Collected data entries
====
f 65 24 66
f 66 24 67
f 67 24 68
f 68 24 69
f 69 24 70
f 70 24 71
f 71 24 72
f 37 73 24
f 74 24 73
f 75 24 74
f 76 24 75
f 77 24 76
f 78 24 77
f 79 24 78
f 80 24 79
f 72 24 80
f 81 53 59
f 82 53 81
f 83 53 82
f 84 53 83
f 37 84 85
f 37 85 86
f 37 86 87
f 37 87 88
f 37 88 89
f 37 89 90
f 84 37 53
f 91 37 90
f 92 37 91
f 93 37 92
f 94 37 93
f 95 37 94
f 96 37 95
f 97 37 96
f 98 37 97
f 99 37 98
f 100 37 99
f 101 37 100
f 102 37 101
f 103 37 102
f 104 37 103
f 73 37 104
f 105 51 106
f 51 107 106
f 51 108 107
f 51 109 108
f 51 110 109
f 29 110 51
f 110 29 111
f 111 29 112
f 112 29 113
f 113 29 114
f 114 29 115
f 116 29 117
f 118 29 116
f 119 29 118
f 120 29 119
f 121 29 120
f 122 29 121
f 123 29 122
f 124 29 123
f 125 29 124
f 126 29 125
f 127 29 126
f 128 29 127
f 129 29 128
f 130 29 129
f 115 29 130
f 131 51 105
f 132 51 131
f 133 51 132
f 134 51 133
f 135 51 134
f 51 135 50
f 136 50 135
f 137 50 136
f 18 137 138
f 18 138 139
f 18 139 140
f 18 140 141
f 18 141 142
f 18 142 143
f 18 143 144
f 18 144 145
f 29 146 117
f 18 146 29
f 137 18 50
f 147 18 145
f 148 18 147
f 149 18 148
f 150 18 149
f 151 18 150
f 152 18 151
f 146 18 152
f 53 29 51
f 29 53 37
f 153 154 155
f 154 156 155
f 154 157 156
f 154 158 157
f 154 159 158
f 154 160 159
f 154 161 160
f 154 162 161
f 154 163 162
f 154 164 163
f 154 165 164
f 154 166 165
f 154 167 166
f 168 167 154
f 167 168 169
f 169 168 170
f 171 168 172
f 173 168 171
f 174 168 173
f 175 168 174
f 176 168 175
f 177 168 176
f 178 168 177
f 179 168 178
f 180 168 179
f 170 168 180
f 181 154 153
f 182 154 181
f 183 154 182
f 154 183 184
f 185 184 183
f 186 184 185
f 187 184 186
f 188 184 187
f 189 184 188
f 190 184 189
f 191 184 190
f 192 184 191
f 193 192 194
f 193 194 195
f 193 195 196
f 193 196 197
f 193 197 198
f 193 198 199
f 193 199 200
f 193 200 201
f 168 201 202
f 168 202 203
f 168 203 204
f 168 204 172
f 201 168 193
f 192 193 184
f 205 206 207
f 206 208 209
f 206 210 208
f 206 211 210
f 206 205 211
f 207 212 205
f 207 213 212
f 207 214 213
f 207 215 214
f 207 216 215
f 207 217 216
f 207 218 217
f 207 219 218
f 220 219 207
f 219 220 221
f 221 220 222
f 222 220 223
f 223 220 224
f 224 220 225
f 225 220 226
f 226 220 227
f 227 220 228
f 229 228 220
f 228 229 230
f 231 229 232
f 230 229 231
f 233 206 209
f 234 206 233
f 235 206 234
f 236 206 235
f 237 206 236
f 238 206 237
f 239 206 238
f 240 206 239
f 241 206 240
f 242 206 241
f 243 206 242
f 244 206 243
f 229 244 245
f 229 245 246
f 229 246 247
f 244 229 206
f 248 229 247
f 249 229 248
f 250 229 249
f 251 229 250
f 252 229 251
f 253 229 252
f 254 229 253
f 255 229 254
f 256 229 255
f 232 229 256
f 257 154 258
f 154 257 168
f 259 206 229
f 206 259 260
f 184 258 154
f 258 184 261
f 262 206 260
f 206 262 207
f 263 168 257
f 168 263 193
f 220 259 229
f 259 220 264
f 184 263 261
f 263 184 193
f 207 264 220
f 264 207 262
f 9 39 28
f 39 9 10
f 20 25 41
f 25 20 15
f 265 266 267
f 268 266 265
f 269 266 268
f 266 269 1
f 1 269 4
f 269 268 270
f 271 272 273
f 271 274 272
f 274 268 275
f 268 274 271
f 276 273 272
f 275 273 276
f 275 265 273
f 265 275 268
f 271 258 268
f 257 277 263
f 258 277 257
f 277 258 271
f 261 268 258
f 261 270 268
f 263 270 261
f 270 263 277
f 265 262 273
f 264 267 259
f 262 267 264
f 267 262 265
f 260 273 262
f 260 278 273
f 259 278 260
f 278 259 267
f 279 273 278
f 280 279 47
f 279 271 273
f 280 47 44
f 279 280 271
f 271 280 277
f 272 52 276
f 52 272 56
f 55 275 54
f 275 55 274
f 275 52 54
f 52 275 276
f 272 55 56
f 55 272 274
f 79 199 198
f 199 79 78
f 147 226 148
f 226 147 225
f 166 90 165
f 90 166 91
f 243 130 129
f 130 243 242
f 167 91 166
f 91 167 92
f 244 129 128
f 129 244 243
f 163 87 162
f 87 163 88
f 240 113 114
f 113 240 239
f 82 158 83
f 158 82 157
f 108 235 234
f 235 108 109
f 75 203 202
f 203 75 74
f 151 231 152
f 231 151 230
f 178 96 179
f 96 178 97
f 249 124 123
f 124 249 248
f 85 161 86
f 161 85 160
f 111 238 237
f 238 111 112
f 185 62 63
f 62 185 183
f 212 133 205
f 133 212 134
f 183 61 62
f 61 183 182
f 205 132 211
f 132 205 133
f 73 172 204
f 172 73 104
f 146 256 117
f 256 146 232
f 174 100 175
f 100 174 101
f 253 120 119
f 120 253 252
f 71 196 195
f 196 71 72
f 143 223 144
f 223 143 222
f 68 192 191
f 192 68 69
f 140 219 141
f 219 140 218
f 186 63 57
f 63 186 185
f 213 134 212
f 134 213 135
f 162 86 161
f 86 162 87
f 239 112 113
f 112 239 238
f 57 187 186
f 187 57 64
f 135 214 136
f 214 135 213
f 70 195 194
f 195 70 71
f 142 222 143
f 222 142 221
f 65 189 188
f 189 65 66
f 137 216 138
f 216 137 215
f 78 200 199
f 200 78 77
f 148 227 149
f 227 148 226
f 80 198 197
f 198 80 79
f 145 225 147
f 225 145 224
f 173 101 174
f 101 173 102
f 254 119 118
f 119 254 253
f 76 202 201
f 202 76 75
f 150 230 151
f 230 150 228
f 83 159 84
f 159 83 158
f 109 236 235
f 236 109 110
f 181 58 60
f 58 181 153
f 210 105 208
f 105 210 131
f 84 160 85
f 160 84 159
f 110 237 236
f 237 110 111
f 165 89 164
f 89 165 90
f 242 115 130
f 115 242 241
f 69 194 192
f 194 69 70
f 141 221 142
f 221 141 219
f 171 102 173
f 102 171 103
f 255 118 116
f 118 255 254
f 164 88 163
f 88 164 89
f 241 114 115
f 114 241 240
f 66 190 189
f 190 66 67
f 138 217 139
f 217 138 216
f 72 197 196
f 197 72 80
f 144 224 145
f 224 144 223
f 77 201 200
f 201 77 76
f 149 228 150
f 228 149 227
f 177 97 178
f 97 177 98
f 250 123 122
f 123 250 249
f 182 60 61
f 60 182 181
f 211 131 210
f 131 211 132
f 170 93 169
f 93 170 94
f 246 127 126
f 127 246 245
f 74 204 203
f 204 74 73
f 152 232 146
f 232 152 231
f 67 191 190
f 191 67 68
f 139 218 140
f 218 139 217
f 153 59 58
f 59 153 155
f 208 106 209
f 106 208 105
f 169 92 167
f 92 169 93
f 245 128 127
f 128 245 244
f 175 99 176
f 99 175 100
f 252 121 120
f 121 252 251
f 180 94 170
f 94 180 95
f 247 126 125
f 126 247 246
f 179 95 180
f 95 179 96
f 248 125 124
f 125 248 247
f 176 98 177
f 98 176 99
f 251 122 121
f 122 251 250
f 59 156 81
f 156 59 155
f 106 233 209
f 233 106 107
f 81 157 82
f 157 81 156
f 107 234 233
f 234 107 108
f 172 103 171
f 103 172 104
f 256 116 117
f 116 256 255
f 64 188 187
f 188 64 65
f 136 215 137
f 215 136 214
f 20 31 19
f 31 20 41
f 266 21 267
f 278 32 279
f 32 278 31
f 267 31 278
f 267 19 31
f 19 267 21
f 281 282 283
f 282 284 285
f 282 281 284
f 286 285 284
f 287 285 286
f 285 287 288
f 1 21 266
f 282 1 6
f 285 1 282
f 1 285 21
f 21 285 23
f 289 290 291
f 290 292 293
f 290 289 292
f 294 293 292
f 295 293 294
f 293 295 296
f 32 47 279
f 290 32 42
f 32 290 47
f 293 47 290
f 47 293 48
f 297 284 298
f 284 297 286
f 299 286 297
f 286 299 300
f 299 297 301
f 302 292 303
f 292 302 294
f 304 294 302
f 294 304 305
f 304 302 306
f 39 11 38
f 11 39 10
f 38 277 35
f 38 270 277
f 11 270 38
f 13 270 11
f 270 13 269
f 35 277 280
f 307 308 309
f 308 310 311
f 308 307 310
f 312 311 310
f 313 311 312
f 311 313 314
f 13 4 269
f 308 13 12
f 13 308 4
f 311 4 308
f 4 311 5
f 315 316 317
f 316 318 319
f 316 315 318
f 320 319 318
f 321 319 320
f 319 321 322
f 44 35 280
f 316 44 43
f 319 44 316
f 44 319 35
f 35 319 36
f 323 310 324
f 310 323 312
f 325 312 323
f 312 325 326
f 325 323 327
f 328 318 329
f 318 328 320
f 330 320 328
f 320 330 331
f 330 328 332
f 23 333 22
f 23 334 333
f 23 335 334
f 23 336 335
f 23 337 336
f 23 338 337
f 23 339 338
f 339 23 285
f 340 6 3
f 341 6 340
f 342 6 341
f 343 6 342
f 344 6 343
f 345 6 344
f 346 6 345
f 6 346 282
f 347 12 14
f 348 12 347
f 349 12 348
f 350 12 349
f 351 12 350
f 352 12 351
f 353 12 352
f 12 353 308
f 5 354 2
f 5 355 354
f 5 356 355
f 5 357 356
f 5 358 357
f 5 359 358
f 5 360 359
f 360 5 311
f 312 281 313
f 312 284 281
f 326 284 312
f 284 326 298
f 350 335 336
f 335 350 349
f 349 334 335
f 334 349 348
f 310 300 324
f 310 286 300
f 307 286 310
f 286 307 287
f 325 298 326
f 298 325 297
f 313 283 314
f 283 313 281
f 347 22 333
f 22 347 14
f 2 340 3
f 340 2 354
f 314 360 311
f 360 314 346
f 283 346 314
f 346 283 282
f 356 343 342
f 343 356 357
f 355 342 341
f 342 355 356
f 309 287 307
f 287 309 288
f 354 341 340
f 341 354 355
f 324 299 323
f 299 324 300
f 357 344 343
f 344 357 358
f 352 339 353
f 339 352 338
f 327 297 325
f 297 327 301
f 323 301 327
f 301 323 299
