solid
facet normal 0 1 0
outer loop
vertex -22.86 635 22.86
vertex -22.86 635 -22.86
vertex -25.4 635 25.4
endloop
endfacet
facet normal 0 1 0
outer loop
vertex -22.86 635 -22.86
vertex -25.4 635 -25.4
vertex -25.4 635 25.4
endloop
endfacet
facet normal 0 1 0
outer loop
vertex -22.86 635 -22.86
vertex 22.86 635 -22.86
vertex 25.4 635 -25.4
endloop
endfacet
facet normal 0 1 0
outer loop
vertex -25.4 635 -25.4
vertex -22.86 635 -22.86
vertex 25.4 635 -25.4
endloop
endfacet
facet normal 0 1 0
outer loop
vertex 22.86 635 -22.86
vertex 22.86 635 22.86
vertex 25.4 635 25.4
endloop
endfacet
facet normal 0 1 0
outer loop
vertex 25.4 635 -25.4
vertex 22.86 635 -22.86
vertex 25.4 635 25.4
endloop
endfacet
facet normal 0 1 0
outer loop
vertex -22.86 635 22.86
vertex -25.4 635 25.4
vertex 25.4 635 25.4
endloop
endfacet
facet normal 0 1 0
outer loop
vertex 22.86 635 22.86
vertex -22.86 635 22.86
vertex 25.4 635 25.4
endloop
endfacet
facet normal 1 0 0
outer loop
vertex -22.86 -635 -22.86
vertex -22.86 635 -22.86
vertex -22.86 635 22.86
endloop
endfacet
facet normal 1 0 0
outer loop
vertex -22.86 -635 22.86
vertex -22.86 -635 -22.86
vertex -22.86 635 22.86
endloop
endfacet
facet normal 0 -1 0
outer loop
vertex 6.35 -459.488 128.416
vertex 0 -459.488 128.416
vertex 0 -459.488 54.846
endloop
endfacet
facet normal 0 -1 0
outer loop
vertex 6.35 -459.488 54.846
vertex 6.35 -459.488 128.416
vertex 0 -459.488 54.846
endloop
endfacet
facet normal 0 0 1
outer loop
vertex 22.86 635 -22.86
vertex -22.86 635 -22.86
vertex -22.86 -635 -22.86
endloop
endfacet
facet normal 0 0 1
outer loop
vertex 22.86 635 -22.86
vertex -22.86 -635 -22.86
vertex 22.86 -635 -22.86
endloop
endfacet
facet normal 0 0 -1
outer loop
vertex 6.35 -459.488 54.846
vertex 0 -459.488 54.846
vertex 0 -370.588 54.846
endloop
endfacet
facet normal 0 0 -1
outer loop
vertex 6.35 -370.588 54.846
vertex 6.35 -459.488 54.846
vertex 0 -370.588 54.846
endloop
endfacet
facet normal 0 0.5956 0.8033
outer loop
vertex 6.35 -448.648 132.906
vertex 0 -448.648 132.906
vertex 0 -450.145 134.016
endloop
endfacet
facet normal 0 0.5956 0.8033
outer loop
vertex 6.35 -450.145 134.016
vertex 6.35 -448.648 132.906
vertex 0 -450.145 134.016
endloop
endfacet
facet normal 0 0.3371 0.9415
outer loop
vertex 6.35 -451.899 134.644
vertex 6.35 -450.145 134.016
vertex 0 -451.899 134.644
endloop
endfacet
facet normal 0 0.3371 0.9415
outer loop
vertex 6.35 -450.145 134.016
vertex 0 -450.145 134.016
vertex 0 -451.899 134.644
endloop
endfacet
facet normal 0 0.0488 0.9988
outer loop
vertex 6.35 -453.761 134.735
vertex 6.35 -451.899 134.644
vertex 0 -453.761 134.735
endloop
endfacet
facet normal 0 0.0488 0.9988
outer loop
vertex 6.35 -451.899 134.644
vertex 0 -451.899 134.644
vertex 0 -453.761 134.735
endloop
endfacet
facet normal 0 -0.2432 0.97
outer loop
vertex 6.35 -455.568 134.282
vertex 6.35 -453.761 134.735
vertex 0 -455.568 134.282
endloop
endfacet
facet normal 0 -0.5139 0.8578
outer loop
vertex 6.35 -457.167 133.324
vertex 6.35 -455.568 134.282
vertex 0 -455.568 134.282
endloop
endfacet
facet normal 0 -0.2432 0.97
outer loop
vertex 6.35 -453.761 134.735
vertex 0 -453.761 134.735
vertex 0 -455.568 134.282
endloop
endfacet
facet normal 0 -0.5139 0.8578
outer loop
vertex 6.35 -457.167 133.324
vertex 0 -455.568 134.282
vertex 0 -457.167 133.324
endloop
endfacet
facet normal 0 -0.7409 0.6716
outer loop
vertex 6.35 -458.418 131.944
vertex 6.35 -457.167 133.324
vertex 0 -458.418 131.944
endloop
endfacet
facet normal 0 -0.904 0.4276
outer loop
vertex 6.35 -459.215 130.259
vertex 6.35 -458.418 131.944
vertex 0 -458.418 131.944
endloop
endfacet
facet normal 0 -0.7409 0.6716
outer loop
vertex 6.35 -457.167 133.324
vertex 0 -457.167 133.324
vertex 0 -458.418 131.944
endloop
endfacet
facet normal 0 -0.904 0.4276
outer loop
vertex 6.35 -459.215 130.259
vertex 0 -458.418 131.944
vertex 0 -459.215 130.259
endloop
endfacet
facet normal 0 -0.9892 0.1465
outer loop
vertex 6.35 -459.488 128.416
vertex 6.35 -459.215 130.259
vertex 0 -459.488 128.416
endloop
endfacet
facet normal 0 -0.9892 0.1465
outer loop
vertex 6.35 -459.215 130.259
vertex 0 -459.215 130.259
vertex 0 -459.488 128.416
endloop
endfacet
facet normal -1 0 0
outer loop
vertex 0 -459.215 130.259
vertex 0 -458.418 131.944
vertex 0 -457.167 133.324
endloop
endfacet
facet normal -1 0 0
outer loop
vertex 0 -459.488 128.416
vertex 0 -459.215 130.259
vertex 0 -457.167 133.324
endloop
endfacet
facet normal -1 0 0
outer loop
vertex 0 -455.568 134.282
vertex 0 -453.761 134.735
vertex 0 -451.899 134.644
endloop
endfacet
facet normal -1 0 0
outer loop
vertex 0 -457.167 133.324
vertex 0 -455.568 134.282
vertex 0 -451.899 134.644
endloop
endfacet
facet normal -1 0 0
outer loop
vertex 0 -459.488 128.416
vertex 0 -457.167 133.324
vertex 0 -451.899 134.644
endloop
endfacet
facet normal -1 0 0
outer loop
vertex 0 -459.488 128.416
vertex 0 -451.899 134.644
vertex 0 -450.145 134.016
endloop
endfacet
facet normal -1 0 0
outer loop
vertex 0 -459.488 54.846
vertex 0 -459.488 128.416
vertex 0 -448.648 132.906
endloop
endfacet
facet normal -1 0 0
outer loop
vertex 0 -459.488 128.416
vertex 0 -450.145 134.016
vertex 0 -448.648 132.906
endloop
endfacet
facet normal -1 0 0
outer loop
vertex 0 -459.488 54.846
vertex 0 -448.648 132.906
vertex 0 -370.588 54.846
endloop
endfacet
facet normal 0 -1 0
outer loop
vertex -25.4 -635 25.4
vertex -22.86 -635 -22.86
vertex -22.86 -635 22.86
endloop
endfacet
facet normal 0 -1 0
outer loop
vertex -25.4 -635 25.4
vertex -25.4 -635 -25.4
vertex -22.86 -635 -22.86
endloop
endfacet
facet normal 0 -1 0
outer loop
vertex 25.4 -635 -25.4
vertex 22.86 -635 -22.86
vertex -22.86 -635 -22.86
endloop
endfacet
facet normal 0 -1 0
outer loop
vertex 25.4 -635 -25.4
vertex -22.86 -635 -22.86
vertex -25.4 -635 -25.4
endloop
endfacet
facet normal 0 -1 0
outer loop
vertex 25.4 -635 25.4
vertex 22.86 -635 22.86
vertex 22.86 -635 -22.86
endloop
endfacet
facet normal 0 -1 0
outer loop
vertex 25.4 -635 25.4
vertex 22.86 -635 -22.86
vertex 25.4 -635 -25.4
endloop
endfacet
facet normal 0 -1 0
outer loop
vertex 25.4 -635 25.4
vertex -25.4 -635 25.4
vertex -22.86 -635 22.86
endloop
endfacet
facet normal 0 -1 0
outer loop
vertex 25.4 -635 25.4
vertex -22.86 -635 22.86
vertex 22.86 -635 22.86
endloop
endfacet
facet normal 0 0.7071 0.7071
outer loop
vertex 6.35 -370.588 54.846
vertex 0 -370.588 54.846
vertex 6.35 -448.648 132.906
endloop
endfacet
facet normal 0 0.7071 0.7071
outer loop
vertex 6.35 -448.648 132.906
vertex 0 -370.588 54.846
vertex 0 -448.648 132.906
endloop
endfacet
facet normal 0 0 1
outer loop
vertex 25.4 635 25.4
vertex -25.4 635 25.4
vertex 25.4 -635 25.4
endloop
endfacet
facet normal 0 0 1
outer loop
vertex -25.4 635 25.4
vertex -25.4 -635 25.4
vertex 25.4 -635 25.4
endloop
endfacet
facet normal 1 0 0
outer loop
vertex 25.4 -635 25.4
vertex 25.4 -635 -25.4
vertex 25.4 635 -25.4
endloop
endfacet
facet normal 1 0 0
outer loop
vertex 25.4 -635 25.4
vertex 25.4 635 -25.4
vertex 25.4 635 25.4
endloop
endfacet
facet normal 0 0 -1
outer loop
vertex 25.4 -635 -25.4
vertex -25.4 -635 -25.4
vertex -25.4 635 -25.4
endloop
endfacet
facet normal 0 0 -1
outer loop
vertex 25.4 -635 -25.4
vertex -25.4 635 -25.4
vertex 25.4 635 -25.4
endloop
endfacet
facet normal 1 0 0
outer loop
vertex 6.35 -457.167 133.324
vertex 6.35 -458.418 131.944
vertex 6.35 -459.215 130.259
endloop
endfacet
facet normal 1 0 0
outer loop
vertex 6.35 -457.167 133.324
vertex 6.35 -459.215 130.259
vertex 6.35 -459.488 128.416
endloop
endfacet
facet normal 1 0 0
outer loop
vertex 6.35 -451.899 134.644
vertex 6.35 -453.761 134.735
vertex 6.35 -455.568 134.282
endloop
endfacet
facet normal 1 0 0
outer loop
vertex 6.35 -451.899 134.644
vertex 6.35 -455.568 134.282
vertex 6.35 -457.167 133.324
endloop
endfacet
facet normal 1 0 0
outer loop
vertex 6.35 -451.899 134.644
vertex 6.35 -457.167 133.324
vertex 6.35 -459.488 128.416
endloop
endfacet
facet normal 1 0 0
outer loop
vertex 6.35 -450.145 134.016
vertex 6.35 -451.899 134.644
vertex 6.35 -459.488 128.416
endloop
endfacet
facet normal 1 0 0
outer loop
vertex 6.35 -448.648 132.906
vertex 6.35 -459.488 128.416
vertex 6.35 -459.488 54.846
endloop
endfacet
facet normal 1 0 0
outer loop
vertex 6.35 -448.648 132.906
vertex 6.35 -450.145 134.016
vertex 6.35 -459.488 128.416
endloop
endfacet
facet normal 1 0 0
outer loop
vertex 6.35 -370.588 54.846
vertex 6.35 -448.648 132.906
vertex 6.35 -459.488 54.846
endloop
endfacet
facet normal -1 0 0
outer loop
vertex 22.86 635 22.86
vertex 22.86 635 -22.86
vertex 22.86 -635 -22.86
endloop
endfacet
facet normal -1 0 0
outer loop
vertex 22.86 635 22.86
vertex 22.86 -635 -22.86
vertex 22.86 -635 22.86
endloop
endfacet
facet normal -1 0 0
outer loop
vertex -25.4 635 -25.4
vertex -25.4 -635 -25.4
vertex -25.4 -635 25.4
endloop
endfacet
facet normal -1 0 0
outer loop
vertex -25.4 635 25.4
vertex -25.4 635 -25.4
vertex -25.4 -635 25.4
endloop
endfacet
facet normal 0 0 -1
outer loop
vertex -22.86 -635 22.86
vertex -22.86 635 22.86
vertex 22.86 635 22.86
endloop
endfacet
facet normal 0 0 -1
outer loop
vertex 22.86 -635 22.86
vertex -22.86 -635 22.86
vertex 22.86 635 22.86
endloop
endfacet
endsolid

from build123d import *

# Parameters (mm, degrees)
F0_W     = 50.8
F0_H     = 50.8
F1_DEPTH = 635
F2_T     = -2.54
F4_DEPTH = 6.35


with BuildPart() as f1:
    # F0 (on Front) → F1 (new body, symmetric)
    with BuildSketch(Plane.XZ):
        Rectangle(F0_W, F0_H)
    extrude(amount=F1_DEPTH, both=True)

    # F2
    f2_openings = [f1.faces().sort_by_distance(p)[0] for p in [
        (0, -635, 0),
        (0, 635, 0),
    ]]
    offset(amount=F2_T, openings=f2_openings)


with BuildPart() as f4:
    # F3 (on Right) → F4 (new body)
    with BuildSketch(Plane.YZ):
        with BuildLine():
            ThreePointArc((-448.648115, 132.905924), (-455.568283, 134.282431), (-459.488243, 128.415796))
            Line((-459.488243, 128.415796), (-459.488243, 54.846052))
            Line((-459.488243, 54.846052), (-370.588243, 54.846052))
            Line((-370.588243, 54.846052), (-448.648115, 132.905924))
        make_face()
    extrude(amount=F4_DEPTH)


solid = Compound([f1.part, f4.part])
====
PROBLEM TO WORK ON »
Up to and including the line that holds "f 120 29 119", reproduce the records above exactly from their first line, and give nothing else.

RESPONSE FOR THIS EXERCISE »
f 65 24 66
f 66 24 67
f 67 24 68
f 68 24 69
f 69 24 70
f 70 24 71
f 71 24 72
f 37 73 24
f 74 24 73
f 75 24 74
f 76 24 75
f 77 24 76
f 78 24 77
f 79 24 78
f 80 24 79
f 72 24 80
f 81 53 59
f 82 53 81
f 83 53 82
f 84 53 83
f 37 84 85
f 37 85 86
f 37 86 87
f 37 87 88
f 37 88 89
f 37 89 90
f 84 37 53
f 91 37 90
f 92 37 91
f 93 37 92
f 94 37 93
f 95 37 94
f 96 37 95
f 97 37 96
f 98 37 97
f 99 37 98
f 100 37 99
f 101 37 100
f 102 37 101
f 103 37 102
f 104 37 103
f 73 37 104
f 105 51 106
f 51 107 106
f 51 108 107
f 51 109 108
f 51 110 109
f 29 110 51
f 110 29 111
f 111 29 112
f 112 29 113
f 113 29 114
f 114 29 115
f 116 29 117
f 118 29 116
f 119 29 118
f 120 29 119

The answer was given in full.